Deep Reasoning MCP Server

PyPI version Python License: MIT

A Model Context Protocol server that turns Claude Code into a recursive analysis engine. Instead of linear reasoning, it builds explorable decision trees where every finding is traced as an IF/THEN chain, challenged with mitigations, and expanded into sub-findings at configurable depth.

Why

Claude Code is excellent at reasoning, but complex problems — architecture reviews, production debugging, incident triage — benefit from structured exploration. Without structure, analysis tends to be shallow: the first plausible explanation wins, edge cases are missed, and mitigations are proposed without examining the risks they introduce.

Deep Reasoning forces a disciplined process:

  1. Scan — Map the problem space, identify 3-7 critical areas

  2. Explore — For each finding, trace the full consequence chain. Challenge every mitigation: "Does this fix introduce new problems?" Discover sub-findings.

  3. Synthesize — Produce a prioritized action plan, residual risks, and decision log

The result is an analysis that is reproducible, auditable, and significantly more thorough than a single-pass review.

How It Works

                    deep_scan             Initial reconnaissance
                        |                Identifies 3-7 key findings
                        v                May ask clarifying questions
                   deep_explore          Recursive what-if chains
                  /     |     \          Loops until max depth
             Branch  Branch  Branch      Each gets mitigations + sub-findings
                  \     |     /
                        v
                  deep_synthesize        Action plan, residual risks,
                                         decision log, quick wins

Sessions are persisted automatically. You can pause an analysis, close Claude Code, and resume days later with deep_resume.

Execution Modes

Mode

Cost

Requires

Best for

orchestrator

Zero extra

Any Claude Code plan

Interactive analysis where Claude Code reasons through the prompts itself

autonomous

API credits

ANTHROPIC_API_KEY

Batch analysis, CI/CD pipelines, non-Claude MCP clients

Auto-detection: if ANTHROPIC_API_KEY is set, defaults to autonomous.
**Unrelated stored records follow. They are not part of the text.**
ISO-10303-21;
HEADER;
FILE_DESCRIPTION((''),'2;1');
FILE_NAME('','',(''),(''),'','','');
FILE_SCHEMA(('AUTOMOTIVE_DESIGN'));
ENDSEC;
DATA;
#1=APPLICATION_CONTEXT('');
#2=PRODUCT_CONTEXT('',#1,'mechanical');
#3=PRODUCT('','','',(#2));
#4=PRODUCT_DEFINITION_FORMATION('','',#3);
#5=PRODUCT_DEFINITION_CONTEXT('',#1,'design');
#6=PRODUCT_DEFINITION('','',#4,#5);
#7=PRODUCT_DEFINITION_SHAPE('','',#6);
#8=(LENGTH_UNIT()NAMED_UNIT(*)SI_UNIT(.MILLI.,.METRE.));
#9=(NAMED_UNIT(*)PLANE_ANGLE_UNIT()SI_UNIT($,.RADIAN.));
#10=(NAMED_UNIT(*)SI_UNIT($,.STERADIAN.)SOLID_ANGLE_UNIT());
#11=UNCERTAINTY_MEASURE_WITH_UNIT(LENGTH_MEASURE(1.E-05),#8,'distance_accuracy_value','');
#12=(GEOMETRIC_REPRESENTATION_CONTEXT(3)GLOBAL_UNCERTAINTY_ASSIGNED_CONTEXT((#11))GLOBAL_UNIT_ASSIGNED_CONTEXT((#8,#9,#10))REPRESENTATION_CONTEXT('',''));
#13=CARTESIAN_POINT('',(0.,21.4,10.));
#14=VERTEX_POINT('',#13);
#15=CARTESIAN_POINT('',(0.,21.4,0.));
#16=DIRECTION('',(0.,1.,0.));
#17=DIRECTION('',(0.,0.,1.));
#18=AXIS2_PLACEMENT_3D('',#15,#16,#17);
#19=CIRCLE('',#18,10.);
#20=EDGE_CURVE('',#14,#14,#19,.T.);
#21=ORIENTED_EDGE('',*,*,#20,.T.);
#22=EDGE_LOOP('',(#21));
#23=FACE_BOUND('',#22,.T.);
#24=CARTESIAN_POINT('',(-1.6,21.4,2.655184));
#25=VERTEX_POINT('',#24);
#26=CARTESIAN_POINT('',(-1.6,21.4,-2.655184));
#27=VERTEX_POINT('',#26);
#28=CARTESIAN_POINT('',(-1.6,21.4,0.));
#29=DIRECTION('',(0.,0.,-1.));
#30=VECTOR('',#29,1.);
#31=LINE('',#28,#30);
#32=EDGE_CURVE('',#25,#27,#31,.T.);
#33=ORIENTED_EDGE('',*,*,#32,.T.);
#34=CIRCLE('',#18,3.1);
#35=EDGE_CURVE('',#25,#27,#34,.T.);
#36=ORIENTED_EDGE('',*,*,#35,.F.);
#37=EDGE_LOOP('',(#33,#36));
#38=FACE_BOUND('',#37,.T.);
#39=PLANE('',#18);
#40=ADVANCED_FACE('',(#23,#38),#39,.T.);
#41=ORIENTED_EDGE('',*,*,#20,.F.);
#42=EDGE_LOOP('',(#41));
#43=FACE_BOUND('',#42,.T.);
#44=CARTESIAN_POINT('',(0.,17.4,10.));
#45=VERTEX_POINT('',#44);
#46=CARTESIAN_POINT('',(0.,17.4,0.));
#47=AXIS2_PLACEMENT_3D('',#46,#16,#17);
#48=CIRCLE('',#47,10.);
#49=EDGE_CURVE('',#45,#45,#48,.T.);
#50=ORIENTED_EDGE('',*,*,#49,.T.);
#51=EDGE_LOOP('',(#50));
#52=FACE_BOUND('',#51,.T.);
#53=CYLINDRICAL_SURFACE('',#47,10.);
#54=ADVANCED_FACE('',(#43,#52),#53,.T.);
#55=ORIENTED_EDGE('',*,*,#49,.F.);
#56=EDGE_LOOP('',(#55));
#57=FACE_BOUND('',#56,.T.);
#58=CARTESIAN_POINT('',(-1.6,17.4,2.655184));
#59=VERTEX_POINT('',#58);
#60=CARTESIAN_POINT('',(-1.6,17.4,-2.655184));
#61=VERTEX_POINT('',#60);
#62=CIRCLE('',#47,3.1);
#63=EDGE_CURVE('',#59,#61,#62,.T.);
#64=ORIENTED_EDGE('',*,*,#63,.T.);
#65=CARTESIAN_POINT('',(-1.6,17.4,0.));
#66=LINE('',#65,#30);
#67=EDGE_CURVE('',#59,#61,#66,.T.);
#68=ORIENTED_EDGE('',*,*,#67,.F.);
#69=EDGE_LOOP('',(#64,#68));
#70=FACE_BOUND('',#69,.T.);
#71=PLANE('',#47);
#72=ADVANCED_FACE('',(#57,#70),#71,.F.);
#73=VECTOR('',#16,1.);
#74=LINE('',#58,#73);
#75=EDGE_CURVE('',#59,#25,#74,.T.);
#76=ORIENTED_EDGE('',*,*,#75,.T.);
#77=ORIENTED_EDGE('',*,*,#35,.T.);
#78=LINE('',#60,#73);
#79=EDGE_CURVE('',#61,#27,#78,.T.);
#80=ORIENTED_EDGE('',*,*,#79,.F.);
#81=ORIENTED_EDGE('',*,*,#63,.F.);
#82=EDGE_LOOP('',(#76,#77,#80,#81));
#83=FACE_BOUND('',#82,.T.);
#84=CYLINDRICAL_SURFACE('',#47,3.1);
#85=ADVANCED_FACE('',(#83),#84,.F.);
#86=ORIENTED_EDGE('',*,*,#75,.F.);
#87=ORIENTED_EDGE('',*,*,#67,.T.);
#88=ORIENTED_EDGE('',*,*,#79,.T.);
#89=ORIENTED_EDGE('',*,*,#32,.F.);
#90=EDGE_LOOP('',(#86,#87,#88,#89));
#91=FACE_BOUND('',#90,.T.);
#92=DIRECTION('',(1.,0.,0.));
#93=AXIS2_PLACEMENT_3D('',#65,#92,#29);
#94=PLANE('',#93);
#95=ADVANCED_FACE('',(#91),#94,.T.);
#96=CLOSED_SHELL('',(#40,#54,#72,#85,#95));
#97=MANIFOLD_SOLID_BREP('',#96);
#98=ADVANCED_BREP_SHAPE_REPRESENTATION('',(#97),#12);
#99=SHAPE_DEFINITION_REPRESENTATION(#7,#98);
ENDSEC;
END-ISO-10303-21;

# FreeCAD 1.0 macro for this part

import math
import FreeCAD as App
import Part
import Sketcher
from FreeCAD import Vector
Q = App.Units.Quantity

doc = App.newDocument("Part")
body = doc.addObject("PartDesign::Body", "Body")

sketch1 = body.newObject("Sketcher::SketchObject", "Sketch")
sketch1.AttachmentSupport = (doc.getObject("XZ_Plane"), [""])
sketch1.MapMode = "FlatFace"
sketch1.AttachmentOffset = App.Placement(Vector(0, 0, -17.4), App.Rotation())
sketch1.addGeometry(Part.Circle(Vector(0, 0, 0), Vector(0, 0, 1), 10), False)
sketch1.addGeometry(Part.ArcOfCircle(Part.Circle(Vector(0, 0, 0), Vector(0, 0, 1), 3.1), math.radians(90), math.radians(121.072951)), False)
sketch1.addGeometry(Part.LineSegment(Vector(-1.6, 2.655184, 0), Vector(-1.6, -2.655184, 0)), False)
sketch1.addGeometry(Part.ArcOfCircle(Part.Circle(Vector(0, 0, 0), Vector(0, 0, 1), 3.1), math.radians(-121.072951), math.radians(-90)), False)
sketch1.addGeometry(Part.ArcOfCircle(Part.Circle(Vector(0, 0, 0), Vector(0, 0, 1), 3.1), math.radians(-90), math.radians(90)), False)
sketch1.addConstraint(Sketcher.Constraint("Coincident", 1, 2, 2, 1))
sketch1.addConstraint(Sketcher.Constraint("Coincident", 2, 2, 3, 1))
sketch1.addConstraint(Sketcher.Constraint("Tangent", 3, 2, 4, 1))
sketch1.addConstraint(Sketcher.Constraint("Tangent", 4, 2, 1, 1))
sketch1.addConstraint(Sketcher.Constraint("Vertical", 2))
sketch1.addConstraint(Sketcher.Constraint("Coincident", 0, 3, -1, 1))
sketch1.addConstraint(Sketcher.Constraint("Coincident", 1, 3, -1, 1))
sketch1.addConstraint(Sketcher.Constraint("Equal", 1, 3))
sketch1.addConstraint(Sketcher.Constraint("Equal", 3, 4))
sketch1.addConstraint(Sketcher.Constraint("PointOnObject", 3, 2, -2))
sketch1.addConstraint(Sketcher.Constraint("PointOnObject", 4, 2, -2))
sketch1.addConstraint(Sketcher.Constraint("Diameter", 0, Q("20 mm")))
sketch1.addConstraint(Sketcher.Constraint("Radius", 1, Q("3.1 mm")))
sketch1.addConstraint(Sketcher.Constraint("DistanceX", 1, 2, -1, 1, Q("1.6 mm")))
pad1 = body.newObject("PartDesign::Pad", "Pad")
pad1.Profile = sketch1
pad1.Length = 4
pad1.Reversed = True

doc.recompute()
Otherwise, defaults to orchestrator. You can override per-call with the mode parameter.

Installation

From PyPI

pip install deep-reasoning-mcp

From source

git clone https://github.com/yourusername/deep-reasoning-mcp.git
cd deep-reasoning-mcp
uv sync

Configuration

Claude Code

Add to ~/.claude/settings.json:

{
  "mcpServers": {
    "deep-reasoning": {
      "command": "uv",
      "args": [
        "--directory",
        "/path/to/deep-reasoning-mcp",
        "run",
        "deep-reasoning-mcp"
      ]
    }
  }
}

If installed from PyPI:

{
  "mcpServers": {
    "deep-reasoning": {
      "command": "deep-reasoning-mcp"
    }
  }
}

With autonomous mode

{
  "mcpServers": {
    "deep-reasoning": {
      "command": "deep-reasoning-mcp",
      "env": {
        "ANTHROPIC_API_KEY": "sk-ant-..."
      }
    }
  }
}

Environment Variables

Variable

Default

Description

ANTHROPIC_API_KEY

(none)

Enables autonomous mode. Not needed for orchestrator.

DEEP_REASONING_MODEL

claude-opus-4-20250514

Model for autonomous API calls

DEEP_REASONING_MAX_TOKENS

4096

Max tokens per autonomous API call

DEEP_REASONING_MAX_CONCURRENT

3

Max concurrent API calls (autonomous)

DEEP_REASONING_COOLDOWN_MS

500

Minimum delay between API calls in ms (autonomous)

Tools

deep_scan — Initial Reconnaissance

Always call this first. Maps the problem space and identifies critical findings.

Parameter

Required

Description

description

Yes

The problem, code, or architecture to analyze

analysis_type

No

architecture, code_review, debugging, incident, brainstorming (default: architecture)

context

No

Additional codebase/stack context

depth

No

Max exploration depth 1-5 (default: 3)

language

No

Output language code, e.g. en, it, de (default: en)

mode

No

orchestrator or autonomous (auto-detected)

model

No

Model override for autonomous mode

deep_explore — Recursive What-If Analysis

Explores specific branches of the reasoning tree. Call multiple times to deepen.

Parameter

Required

Description

tree

Yes

Reasoning tree JSON from deep_scan or previous deep_explore

branch_ids

No

Specific finding IDs to explore (default: all pending)

clarification_answers

No

Answers to pending questions {question_id: answer}

go_ahead

No

Skip unanswered clarifications and proceed (default: false)

mode

No

orchestrator or autonomous (auto-detected)

model

No

Model override for autonomous mode

deep_synthesize — Final Report

Produces a prioritized action plan from the completed reasoning tree.

Parameter

Required

Description

tree

Yes

Completed reasoning tree JSON

language

No

Report language (default: en)

mode

No

orchestrator or autonomous (auto-detected)

model

No

Model override for autonomous mode

Returns a Markdown report with: Executive Summary, Critical Findings, Action Plan, Quick Wins, Residual Risks, Decision Log.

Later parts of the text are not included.